Ces indicateurs comportent un item "information", soit la maîtrise des
procédures (mises à jour sur base de données), la connaissance des produits et
services ainsi que celle des circuits de l'entreprise. Un second item rassemble
l'accueil du client, la gestion de l'attente, la qualité de la communication
verbale (discours structuré, phrases courtes, reformulations synthétiques).
Enfin un troisième item porte sur l'implication : proactivité/directivité,
empathie, recherche d'une solution optimale pour le client et l'entreprise,
capacité à réaliser des ventes additionnelles. L'appréciation de la
performance commerciale est fondée sur le chiffre d'affaires réalisé en
rétention (sur des clients sur le départ). L'assiduité regroupe des indicateurs
ayant trait au comportement du conseiller : ponctualité, absentéisme, respect
des pauses... Enfin, les outils de pilotage permettent de suivre l'efficacité,
soit le nombre d'appels par heure (15), la disponi- bilité (éviter que les
tâches administratives ne débordent sur le temps de conversation), la durée
moyenne des appels (3 minutes, y compris after-call work), durée moyenne de
conversation. L'objectif minimal consiste à atteindre 80 % du variable. Si
pendant trois mois de suite, ce seuil n'est pas atteint, le téléconseiller a de
fortes chances d'être remercié. « Nous allons améliorer ce système de
rémunération de façon à le rendre plus incitatif. Les conseillers ont exprimé
le souhait d'un variable non plafonné », ajoute Sophie Cheneval. Plus étonnant,
ce sont les principaux intéressés qui planchent sur le projet ! « Ils ont un
très fort besoin de reconnaissance individuelle, qui se manifeste notamment par
une demande d'écoute et de dialogue avec leurs responsables », poursuit-elle.

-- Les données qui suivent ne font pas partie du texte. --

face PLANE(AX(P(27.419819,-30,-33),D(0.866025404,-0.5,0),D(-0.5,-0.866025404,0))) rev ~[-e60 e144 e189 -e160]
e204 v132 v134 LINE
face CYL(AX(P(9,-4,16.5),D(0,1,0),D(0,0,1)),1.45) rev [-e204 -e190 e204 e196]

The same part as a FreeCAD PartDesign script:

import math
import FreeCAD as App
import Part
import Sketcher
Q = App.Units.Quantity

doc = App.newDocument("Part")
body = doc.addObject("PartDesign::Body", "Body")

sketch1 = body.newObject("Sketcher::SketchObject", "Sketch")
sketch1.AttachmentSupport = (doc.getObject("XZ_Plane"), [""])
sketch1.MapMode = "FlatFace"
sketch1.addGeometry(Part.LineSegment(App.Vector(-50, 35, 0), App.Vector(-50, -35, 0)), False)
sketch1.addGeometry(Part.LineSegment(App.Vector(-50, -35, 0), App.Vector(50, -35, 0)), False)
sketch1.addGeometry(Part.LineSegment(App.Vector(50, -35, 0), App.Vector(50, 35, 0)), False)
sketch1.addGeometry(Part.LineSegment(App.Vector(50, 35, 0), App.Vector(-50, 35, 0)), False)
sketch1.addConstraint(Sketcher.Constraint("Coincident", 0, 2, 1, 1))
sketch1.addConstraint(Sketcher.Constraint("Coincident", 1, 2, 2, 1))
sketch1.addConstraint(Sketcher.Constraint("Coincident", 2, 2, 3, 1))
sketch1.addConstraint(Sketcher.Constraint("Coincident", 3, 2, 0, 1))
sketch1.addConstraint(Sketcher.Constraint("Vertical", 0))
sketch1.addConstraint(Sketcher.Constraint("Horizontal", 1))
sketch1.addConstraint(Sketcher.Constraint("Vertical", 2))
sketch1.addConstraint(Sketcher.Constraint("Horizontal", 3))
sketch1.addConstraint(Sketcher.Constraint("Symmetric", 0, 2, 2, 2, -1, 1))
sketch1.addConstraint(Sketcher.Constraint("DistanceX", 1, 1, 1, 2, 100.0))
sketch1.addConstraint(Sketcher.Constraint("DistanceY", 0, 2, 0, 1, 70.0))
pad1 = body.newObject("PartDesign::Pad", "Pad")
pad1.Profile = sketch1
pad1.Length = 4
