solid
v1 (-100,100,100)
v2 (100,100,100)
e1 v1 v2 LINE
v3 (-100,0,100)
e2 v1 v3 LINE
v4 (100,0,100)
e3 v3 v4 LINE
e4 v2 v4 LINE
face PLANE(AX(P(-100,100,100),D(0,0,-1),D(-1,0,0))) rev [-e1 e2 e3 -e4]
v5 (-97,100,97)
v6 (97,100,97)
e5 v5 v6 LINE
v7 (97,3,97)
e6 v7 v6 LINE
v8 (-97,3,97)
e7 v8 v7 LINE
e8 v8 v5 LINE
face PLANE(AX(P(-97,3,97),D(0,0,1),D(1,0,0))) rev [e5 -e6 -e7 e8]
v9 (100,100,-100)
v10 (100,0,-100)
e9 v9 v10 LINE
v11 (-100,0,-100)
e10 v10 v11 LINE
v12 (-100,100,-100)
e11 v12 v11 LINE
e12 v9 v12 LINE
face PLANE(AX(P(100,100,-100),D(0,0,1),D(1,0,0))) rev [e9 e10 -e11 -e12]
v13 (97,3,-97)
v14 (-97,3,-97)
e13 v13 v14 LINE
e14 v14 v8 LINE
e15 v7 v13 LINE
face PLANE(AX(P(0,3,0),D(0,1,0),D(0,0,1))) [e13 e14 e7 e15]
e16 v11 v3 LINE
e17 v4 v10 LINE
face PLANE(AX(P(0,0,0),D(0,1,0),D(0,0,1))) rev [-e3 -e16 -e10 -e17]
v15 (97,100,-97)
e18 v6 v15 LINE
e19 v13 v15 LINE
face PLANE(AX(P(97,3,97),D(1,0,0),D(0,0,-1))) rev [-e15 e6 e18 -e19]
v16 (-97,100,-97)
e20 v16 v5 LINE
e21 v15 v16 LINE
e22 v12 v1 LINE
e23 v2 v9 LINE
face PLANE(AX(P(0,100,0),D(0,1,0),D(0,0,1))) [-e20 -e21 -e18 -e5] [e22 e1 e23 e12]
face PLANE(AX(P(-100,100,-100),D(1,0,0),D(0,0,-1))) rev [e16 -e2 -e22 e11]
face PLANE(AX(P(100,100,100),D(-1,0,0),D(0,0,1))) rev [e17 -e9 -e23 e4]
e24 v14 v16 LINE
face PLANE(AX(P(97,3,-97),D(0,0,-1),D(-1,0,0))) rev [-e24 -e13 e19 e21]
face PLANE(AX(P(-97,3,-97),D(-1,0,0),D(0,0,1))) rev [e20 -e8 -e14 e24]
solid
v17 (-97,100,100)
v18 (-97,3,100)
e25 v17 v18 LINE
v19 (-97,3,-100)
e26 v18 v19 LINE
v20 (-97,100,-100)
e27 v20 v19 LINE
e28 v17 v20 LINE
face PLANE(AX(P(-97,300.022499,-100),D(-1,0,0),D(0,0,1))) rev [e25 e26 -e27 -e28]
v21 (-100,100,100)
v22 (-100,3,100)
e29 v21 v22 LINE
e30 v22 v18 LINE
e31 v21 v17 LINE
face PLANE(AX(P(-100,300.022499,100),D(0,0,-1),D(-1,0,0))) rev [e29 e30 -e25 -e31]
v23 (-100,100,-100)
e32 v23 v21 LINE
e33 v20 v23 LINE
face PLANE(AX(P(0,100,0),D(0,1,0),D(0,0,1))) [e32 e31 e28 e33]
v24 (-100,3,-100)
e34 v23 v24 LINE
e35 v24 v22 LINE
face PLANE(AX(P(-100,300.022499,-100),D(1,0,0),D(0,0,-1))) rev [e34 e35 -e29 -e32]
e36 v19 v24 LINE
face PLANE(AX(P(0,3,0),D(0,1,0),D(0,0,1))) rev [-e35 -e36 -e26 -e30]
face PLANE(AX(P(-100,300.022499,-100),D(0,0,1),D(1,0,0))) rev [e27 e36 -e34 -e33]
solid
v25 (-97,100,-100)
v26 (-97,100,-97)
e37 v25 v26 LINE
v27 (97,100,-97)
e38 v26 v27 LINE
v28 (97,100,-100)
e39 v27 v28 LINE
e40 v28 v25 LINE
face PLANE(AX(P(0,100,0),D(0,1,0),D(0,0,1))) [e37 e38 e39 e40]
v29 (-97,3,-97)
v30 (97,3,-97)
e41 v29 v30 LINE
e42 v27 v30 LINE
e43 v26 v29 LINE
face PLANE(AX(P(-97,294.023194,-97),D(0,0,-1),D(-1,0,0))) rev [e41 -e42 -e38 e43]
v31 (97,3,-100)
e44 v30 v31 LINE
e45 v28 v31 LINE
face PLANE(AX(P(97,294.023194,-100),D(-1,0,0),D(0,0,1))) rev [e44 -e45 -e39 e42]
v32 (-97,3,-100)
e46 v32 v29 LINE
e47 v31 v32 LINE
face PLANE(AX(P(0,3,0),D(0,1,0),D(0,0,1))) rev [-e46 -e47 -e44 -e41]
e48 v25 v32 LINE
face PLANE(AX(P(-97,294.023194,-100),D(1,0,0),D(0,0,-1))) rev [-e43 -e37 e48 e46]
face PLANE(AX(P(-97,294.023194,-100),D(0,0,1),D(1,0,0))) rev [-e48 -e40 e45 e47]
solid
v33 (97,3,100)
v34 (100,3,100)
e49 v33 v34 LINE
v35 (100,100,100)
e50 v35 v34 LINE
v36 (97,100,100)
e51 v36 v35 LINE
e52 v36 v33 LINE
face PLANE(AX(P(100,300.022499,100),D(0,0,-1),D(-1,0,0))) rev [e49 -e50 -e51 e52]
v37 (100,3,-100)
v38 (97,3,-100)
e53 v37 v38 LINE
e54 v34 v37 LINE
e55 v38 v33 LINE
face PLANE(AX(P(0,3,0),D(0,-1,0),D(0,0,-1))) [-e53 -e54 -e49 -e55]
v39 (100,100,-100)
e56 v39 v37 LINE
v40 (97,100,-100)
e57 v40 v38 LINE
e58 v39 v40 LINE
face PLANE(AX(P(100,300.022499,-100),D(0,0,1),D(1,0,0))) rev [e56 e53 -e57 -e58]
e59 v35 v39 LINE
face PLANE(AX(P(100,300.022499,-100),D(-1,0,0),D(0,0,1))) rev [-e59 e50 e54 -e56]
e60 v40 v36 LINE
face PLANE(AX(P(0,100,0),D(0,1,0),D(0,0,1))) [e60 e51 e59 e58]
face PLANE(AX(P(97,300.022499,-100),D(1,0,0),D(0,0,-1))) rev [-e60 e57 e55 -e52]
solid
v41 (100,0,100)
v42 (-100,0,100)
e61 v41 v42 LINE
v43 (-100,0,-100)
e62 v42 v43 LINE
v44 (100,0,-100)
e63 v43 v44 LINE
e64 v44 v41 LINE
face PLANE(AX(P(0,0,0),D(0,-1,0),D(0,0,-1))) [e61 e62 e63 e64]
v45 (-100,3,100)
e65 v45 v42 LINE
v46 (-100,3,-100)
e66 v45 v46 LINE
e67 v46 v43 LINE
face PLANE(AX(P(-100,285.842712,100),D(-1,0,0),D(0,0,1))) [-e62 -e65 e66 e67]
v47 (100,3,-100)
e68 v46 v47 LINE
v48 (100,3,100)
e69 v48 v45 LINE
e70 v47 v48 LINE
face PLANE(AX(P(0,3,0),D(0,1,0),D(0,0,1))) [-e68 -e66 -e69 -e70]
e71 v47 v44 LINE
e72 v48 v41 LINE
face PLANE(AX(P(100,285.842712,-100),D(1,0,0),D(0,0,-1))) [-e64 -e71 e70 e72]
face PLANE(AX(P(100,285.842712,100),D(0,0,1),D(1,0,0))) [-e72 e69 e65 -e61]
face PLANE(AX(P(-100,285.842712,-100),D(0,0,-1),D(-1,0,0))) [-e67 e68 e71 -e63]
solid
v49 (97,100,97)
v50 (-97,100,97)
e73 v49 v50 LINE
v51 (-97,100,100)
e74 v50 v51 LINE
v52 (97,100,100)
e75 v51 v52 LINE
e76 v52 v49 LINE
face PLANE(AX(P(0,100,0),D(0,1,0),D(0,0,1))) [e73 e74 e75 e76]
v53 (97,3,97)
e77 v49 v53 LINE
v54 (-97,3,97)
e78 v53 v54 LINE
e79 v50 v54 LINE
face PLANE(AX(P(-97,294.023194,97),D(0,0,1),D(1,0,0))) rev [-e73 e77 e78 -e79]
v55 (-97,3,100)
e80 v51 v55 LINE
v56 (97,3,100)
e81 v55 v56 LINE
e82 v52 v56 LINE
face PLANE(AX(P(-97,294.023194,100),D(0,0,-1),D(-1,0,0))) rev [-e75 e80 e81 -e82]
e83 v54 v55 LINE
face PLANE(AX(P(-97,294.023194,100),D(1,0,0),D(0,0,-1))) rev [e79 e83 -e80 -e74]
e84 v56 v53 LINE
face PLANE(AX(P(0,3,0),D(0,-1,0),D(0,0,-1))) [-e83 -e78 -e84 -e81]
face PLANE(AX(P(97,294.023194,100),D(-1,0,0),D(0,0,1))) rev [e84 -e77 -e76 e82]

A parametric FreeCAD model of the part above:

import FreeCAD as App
import Part
import Sketcher
from FreeCAD import Vector

doc = App.newDocument("Part")
body = doc.addObject("PartDesign::Body", "Body")

sketch1 = body.newObject("Sketcher::SketchObject", "Sketch")
sketch1.AttachmentSupport = (doc.getObject("XZ_Plane"), [""])
sketch1.MapMode = "FlatFace"
sketch1.addGeometry(Part.LineSegment(Vector(-100, -100, 0), Vector(-100, 100, 0)), False)
sketch1.addGeometry(Part.LineSegment(Vector(-100, 100, 0), Vector(100, 100, 0)), False)
sketch1.addGeometry(Part.LineSegment(Vector(100, 100, 0), Vector(100, -100, 0)), False)
sketch1.addGeometry(Part.LineSegment(Vector(100, -100, 0), Vector(-100, -100, 0)), False)
sketch1.addConstraint(Sketcher.Constraint("Coincident", 0, 2, 1, 1))
sketch1.addConstraint(Sketcher.Constraint("Coincident", 1, 2, 2, 1))
sketch1.addConstraint(Sketcher.Constraint("Coincident", 2, 2, 3, 1))
sketch1.addConstraint(Sketcher.Constraint("Coincident", 3, 2, 0, 1))
sketch1.addConstraint(Sketcher.Constraint("Vertical", 0))
sketch1.addConstraint(Sketcher.Constraint("Horizontal", 1))
sketch1.addConstraint(Sketcher.Constraint("Vertical", 2))
sketch1.addConstraint(Sketcher.Constraint("Horizontal", 3))
sketch1.addConstraint(Sketcher.Constraint("Symmetric", 0, 2, 2, 2, -1, 1))
sketch1.addConstraint(Sketcher.Constraint("Equal", 3, 0))
sketch1.addConstraint(Sketcher.Constraint("DistanceX", 1, 1, 1, 2, 200.0))
pad1 = body.newObject("PartDesign::Pad", "Pad")
pad1.Profile = sketch1
pad1.Length = 100
pad1.Reversed = True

Exigeants vis-à-vis de leurs managers, les conseillers - 24 ans de moyenne
d'âge - n'aiment pas les superviseurs "copains". Ils attendent un vrai dialogue
sur leurs propositions d'améliorations et ne se paient pas de bons mots ou...
de petits cadeaux. « Entre un petit cadeau et un chèque, ils préfèreront
toujours le second », observe Sophie Cheneval. Les critères d'évaluation
devraient eux aussi évoluer selon l'ancienneté du salarié. Ainsi par exemple,
les plus expérimentés pourraient être jugés non plus sur leur assiduité, mais
sur le chiffre d'affaires et la participation à des projets annexes, comme la
présentation de l'entreprise lors de séances de recrutement, l'optimisation de
la qualité de réponse au client ou encore la gestion des impayés, "dada" d'une
transfuge du recouvrement. Autre évolution programmée chez IMP : la
généralisation de la polyvalence des agents, qui devront être capables dans un
centre de contacts multimédia, de traiter toutes les demandes quel que soit le
canal (téléphone, mail, fax...). Une façon de doter son centre d'appels de
solides capacités de réactivité et de faire varier le contenu du travail au fil
de la journée. « Favoriser la communication entre les téléconseillères et le
marketing direct peut également soutenir la motivation. La conseillère doit
comprendre ce qui se passe en amont. Cela valorise son travail », ajoute
Clarisse Philippe, responsable relations clients de Dr Pierre Ricaud. Quitte à
lui ouvrir des perspectives d'évolution en dehors du centre d'appels, par
exemple dans la chaîne logistique du marketing direct.